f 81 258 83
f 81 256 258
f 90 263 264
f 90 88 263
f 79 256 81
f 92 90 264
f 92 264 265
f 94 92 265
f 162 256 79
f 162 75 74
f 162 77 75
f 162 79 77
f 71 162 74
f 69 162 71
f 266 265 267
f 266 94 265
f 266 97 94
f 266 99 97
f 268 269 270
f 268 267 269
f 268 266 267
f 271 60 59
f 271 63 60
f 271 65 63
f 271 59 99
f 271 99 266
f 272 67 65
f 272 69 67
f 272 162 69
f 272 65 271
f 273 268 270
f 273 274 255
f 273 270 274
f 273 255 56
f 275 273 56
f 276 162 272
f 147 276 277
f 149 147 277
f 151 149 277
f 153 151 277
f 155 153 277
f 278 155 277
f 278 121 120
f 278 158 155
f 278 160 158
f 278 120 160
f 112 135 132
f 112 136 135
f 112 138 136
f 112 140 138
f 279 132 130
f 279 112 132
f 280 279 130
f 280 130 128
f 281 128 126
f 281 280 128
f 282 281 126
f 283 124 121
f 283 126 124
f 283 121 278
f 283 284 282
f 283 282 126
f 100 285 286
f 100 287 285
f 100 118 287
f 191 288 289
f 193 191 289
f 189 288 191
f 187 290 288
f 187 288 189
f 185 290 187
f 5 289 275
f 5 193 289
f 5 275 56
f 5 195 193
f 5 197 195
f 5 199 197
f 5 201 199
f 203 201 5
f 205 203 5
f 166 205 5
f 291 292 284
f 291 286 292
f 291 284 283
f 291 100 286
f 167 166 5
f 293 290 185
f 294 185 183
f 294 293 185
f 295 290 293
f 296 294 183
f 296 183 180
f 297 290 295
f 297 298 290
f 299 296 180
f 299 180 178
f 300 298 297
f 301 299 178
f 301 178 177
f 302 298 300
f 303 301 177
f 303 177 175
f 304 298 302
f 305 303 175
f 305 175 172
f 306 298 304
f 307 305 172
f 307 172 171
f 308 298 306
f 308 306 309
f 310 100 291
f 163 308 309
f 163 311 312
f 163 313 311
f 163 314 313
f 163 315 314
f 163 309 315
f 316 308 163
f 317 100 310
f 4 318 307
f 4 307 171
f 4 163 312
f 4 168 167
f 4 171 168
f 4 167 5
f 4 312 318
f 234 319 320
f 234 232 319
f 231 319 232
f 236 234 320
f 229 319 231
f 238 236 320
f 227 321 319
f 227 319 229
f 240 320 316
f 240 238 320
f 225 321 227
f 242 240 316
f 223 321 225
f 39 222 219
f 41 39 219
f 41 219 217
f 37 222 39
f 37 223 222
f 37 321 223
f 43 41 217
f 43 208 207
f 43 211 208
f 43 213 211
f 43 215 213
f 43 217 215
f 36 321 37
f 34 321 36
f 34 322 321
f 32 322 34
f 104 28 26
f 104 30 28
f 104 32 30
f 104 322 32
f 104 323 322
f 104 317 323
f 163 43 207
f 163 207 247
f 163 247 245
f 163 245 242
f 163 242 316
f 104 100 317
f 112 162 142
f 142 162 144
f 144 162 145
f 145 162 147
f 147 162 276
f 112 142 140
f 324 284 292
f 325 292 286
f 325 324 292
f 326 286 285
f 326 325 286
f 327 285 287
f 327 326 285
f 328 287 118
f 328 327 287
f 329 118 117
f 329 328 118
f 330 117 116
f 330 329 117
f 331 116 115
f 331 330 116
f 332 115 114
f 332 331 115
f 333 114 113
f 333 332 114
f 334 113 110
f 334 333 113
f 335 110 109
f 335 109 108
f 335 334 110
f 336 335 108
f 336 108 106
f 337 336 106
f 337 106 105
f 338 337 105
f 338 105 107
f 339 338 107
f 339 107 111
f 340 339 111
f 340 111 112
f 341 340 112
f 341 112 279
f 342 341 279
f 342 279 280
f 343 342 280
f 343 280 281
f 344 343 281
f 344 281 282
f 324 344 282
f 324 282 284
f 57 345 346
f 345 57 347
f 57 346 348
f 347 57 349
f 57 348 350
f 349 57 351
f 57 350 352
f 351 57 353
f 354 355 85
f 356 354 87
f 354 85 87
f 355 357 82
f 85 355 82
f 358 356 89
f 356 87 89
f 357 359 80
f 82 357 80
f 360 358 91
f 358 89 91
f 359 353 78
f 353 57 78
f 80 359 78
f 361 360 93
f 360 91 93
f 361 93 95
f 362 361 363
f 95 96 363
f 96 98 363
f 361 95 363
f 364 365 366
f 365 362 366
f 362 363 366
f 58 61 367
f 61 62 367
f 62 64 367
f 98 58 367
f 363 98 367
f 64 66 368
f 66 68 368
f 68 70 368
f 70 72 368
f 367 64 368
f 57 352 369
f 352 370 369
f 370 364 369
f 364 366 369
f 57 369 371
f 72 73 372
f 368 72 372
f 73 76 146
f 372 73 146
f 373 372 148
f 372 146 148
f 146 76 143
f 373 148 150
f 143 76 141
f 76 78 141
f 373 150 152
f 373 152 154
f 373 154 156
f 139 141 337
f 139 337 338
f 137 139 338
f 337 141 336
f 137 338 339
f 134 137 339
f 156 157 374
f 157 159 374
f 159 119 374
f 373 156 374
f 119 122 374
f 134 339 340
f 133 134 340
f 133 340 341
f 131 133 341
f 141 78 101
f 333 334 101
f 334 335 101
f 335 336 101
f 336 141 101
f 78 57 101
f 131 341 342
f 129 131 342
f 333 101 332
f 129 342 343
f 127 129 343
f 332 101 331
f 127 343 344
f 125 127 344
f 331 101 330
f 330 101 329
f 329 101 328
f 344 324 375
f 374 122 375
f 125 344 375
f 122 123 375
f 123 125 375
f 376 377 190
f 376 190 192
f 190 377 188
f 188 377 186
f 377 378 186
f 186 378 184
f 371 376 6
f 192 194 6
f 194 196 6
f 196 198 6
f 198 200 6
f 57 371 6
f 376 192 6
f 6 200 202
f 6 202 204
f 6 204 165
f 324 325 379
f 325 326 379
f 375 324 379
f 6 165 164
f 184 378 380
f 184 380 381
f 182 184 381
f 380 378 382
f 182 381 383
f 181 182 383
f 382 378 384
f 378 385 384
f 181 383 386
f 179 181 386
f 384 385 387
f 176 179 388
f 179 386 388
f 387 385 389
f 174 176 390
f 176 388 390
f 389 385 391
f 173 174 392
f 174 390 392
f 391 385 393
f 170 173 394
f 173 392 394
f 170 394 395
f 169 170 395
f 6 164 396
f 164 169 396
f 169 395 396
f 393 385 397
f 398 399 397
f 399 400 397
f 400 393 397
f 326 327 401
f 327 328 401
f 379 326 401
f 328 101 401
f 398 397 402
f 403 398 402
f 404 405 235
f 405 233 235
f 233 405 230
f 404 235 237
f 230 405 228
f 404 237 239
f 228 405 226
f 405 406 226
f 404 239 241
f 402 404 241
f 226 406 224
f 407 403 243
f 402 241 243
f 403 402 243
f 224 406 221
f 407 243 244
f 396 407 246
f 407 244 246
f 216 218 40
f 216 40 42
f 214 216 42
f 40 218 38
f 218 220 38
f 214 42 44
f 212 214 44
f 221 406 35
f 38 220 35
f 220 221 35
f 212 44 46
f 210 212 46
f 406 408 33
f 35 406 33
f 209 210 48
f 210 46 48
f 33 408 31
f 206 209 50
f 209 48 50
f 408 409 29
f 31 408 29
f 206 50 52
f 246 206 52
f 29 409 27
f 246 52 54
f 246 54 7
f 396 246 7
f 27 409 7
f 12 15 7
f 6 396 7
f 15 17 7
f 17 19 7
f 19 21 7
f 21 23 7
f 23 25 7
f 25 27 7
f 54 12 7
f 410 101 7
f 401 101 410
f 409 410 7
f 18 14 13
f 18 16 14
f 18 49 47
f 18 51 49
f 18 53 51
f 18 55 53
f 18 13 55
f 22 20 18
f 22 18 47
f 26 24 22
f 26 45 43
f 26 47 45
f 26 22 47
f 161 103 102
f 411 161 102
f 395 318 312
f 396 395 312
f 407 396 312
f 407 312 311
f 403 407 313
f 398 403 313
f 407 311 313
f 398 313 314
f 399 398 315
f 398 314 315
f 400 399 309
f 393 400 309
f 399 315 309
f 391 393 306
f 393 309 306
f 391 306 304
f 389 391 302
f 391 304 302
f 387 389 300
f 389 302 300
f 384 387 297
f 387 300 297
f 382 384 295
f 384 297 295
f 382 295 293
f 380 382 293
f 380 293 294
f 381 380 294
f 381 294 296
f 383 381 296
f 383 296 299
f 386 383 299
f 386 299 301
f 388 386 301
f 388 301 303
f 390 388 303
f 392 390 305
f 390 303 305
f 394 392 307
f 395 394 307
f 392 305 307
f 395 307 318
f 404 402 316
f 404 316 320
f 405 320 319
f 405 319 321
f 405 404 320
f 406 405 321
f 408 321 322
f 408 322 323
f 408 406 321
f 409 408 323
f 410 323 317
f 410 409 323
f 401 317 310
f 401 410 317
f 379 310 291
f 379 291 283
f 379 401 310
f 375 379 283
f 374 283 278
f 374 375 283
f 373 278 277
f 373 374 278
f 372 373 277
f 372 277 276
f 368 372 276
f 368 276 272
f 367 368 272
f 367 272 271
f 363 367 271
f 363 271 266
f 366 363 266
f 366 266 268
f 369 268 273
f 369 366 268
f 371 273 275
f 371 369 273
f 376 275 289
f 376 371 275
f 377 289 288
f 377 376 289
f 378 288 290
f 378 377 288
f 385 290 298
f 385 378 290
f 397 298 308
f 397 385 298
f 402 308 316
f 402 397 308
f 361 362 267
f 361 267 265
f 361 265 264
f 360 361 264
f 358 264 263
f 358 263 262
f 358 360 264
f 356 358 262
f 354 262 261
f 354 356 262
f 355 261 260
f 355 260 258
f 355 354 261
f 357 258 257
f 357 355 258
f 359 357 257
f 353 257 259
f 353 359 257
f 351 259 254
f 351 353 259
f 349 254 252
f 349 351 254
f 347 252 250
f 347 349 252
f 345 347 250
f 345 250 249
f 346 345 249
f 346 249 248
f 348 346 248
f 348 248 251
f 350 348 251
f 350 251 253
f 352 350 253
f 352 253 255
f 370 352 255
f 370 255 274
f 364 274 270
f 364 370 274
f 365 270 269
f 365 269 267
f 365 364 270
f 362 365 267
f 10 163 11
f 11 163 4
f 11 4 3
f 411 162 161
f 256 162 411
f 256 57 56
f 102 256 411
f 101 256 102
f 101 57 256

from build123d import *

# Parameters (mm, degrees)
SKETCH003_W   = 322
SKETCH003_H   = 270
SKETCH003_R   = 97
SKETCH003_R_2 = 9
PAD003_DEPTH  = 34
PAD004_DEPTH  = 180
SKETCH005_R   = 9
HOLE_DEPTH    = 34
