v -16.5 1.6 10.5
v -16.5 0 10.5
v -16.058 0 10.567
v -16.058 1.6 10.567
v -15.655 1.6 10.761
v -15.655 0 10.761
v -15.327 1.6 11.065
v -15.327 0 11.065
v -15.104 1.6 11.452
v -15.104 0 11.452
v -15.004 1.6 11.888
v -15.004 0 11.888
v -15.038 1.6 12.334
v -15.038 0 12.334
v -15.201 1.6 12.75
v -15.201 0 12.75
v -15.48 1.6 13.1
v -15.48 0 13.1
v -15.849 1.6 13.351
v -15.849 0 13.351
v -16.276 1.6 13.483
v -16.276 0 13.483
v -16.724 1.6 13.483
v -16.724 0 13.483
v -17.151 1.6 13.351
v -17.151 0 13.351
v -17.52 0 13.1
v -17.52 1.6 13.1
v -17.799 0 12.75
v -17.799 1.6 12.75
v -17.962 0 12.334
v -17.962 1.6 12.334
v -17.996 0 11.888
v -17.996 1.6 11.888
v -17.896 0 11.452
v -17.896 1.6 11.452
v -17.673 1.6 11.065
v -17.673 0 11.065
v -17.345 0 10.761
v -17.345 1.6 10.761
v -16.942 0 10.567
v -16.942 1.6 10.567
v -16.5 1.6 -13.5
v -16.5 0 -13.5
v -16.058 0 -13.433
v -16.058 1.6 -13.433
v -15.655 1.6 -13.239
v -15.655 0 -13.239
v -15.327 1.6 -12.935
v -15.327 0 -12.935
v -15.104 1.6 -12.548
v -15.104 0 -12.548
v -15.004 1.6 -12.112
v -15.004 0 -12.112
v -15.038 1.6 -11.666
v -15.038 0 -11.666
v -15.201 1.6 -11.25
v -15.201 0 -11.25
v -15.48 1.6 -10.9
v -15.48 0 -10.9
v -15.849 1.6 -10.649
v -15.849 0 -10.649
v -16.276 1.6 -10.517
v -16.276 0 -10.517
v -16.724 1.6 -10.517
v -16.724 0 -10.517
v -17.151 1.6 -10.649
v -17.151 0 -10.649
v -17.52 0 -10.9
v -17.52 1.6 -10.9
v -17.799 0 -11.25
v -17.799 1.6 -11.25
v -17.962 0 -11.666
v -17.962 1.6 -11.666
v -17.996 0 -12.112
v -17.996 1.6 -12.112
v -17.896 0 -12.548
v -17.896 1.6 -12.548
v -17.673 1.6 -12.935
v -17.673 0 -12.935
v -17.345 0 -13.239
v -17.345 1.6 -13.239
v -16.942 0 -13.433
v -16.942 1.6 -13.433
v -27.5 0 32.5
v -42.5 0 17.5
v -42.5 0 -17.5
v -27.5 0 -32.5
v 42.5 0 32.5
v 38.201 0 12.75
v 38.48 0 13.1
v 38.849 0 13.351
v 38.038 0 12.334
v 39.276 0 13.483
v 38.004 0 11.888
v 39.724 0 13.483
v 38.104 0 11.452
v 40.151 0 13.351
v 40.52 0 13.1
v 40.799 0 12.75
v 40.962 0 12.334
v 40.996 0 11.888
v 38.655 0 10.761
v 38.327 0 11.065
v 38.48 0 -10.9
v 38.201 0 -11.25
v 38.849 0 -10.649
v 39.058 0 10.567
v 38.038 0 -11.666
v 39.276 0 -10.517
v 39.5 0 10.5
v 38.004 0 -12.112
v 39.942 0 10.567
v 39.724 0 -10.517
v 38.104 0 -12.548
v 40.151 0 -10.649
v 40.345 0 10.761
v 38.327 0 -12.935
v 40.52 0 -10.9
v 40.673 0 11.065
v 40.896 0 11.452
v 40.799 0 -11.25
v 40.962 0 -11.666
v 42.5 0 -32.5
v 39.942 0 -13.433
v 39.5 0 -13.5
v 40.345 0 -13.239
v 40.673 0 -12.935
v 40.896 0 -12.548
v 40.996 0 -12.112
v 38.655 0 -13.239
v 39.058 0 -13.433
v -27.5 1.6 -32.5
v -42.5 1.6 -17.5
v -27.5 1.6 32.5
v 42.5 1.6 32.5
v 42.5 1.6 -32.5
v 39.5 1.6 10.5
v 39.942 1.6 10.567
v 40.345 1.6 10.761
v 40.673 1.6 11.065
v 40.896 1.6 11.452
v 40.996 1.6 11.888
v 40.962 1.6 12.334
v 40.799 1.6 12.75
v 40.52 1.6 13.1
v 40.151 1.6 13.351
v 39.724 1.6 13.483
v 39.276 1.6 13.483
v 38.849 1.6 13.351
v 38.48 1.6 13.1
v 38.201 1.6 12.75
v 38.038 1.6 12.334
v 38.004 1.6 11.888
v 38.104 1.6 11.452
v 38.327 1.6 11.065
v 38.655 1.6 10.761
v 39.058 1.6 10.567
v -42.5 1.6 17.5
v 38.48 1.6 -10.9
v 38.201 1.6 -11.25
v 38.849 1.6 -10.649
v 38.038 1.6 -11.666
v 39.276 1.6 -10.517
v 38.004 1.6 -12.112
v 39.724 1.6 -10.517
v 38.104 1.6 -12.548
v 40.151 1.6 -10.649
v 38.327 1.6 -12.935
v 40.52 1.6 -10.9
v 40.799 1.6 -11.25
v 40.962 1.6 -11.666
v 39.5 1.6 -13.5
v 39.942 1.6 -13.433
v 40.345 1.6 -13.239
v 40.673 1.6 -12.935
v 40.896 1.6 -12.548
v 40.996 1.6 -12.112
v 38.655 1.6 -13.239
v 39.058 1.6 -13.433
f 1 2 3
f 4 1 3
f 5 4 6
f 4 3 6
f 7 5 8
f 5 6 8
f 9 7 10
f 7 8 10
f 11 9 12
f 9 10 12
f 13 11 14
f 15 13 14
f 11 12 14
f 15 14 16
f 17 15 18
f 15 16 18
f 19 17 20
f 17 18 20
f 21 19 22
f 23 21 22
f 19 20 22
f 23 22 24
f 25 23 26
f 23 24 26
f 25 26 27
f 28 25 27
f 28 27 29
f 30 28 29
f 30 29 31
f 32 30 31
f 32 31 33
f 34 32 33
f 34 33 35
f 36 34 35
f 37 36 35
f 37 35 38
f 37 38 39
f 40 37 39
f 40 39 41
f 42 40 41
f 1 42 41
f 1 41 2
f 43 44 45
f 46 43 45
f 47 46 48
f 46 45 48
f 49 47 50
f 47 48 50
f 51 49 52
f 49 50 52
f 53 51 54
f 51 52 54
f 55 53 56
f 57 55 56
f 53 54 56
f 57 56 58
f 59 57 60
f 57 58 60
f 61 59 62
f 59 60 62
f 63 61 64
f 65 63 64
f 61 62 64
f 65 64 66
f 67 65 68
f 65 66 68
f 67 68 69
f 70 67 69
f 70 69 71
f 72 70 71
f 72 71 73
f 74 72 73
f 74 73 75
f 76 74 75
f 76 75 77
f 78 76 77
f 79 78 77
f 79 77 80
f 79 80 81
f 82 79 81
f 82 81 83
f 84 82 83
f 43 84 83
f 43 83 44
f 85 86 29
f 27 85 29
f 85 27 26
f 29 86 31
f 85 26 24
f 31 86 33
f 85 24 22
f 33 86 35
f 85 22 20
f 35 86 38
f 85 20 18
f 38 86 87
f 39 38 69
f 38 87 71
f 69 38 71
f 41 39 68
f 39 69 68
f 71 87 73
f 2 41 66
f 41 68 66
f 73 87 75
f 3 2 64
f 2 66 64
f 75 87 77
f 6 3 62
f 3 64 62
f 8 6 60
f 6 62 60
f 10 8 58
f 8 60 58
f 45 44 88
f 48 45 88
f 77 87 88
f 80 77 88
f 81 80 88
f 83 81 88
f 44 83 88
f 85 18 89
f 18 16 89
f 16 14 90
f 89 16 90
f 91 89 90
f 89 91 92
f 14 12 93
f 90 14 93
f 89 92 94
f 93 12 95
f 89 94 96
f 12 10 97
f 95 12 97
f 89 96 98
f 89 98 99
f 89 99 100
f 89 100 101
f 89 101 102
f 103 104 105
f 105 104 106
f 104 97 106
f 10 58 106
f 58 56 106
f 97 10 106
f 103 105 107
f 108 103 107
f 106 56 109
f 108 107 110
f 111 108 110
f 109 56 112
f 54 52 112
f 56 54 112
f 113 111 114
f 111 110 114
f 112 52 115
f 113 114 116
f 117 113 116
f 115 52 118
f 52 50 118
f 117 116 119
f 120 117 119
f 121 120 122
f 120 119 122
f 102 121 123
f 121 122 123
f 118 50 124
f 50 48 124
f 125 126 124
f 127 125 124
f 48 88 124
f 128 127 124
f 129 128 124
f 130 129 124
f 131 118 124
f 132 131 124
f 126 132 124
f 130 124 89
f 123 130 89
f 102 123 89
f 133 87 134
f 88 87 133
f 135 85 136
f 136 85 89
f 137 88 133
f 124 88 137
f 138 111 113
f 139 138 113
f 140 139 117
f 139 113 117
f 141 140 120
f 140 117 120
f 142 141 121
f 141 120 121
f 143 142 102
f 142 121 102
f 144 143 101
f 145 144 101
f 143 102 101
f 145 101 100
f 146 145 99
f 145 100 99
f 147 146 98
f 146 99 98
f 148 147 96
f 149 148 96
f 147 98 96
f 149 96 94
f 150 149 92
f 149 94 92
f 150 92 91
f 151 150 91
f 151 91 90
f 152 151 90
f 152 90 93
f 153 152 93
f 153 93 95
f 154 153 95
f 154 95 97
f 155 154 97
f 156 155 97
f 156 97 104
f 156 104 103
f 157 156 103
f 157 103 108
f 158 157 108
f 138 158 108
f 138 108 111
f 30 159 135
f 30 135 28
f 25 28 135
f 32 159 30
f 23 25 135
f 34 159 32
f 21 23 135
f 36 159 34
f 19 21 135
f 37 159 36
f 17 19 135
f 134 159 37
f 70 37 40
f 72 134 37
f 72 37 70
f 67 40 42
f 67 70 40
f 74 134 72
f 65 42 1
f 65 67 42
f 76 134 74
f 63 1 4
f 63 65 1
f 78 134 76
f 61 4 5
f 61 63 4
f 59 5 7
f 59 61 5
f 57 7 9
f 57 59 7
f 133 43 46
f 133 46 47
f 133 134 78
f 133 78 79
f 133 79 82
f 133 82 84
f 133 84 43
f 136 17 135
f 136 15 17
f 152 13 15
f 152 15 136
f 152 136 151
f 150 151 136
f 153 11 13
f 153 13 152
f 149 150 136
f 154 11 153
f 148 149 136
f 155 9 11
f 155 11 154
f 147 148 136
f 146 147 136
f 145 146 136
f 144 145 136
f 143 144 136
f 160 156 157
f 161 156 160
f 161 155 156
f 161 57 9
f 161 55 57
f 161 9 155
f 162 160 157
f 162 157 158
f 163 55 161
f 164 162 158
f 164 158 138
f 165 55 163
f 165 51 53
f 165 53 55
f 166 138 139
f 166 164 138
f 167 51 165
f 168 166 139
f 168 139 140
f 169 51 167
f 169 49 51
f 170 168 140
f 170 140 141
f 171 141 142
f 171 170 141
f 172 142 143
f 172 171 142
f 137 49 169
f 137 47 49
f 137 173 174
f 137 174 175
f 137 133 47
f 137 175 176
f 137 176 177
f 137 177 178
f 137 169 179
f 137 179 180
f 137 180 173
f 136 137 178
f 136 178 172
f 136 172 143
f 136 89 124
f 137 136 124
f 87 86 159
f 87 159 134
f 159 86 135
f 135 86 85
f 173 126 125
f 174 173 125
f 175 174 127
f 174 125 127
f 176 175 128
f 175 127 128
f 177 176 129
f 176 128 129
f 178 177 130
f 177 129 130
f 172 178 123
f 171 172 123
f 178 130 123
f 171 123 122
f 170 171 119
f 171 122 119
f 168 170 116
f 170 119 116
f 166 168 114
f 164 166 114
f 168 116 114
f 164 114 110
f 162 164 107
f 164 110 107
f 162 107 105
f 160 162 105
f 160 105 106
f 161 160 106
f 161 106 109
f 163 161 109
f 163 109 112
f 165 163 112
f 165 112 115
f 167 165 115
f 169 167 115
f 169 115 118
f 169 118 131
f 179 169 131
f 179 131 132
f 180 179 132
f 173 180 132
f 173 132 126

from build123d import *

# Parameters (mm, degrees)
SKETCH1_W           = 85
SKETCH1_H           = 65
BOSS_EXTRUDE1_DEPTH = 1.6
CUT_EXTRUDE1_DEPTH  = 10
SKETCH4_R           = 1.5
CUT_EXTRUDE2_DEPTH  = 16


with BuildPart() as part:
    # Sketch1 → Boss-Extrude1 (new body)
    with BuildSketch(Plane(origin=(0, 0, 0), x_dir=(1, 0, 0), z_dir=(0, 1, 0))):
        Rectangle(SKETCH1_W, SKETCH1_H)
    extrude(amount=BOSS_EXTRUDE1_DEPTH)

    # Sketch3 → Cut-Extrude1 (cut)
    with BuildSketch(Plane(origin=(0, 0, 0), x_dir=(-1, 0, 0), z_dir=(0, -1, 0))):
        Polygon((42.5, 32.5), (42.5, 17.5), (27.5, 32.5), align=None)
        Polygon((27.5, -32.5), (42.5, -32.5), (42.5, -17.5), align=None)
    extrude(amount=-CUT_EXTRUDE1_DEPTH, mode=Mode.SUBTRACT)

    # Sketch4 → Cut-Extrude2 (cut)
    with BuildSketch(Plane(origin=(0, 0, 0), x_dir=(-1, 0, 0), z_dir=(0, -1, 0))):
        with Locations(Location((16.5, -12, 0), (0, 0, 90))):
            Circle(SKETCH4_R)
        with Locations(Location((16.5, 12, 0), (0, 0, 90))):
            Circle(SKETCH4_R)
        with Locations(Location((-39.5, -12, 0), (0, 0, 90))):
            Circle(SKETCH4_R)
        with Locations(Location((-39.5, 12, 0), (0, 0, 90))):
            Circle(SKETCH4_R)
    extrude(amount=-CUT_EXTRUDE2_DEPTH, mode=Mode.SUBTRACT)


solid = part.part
* * *
Aim of the exercise>
Reproduce exactly, and with no other material, the lines between those holding "f 327 326 285" and "f 340 339 111", inclusive.

Your solution>
f 327 326 285
f 328 287 118
f 328 327 287
f 329 118 117
f 329 328 118
f 330 117 116
f 330 329 117
f 331 116 115
f 331 330 116
f 332 115 114
f 332 331 115
f 333 114 113
f 333 332 114
f 334 113 110
f 334 333 113
f 335 110 109
f 335 109 108
f 335 334 110
f 336 335 108
f 336 108 106
f 337 336 106
f 337 106 105
f 338 337 105
f 338 105 107
f 339 338 107
f 339 107 111
f 340 339 111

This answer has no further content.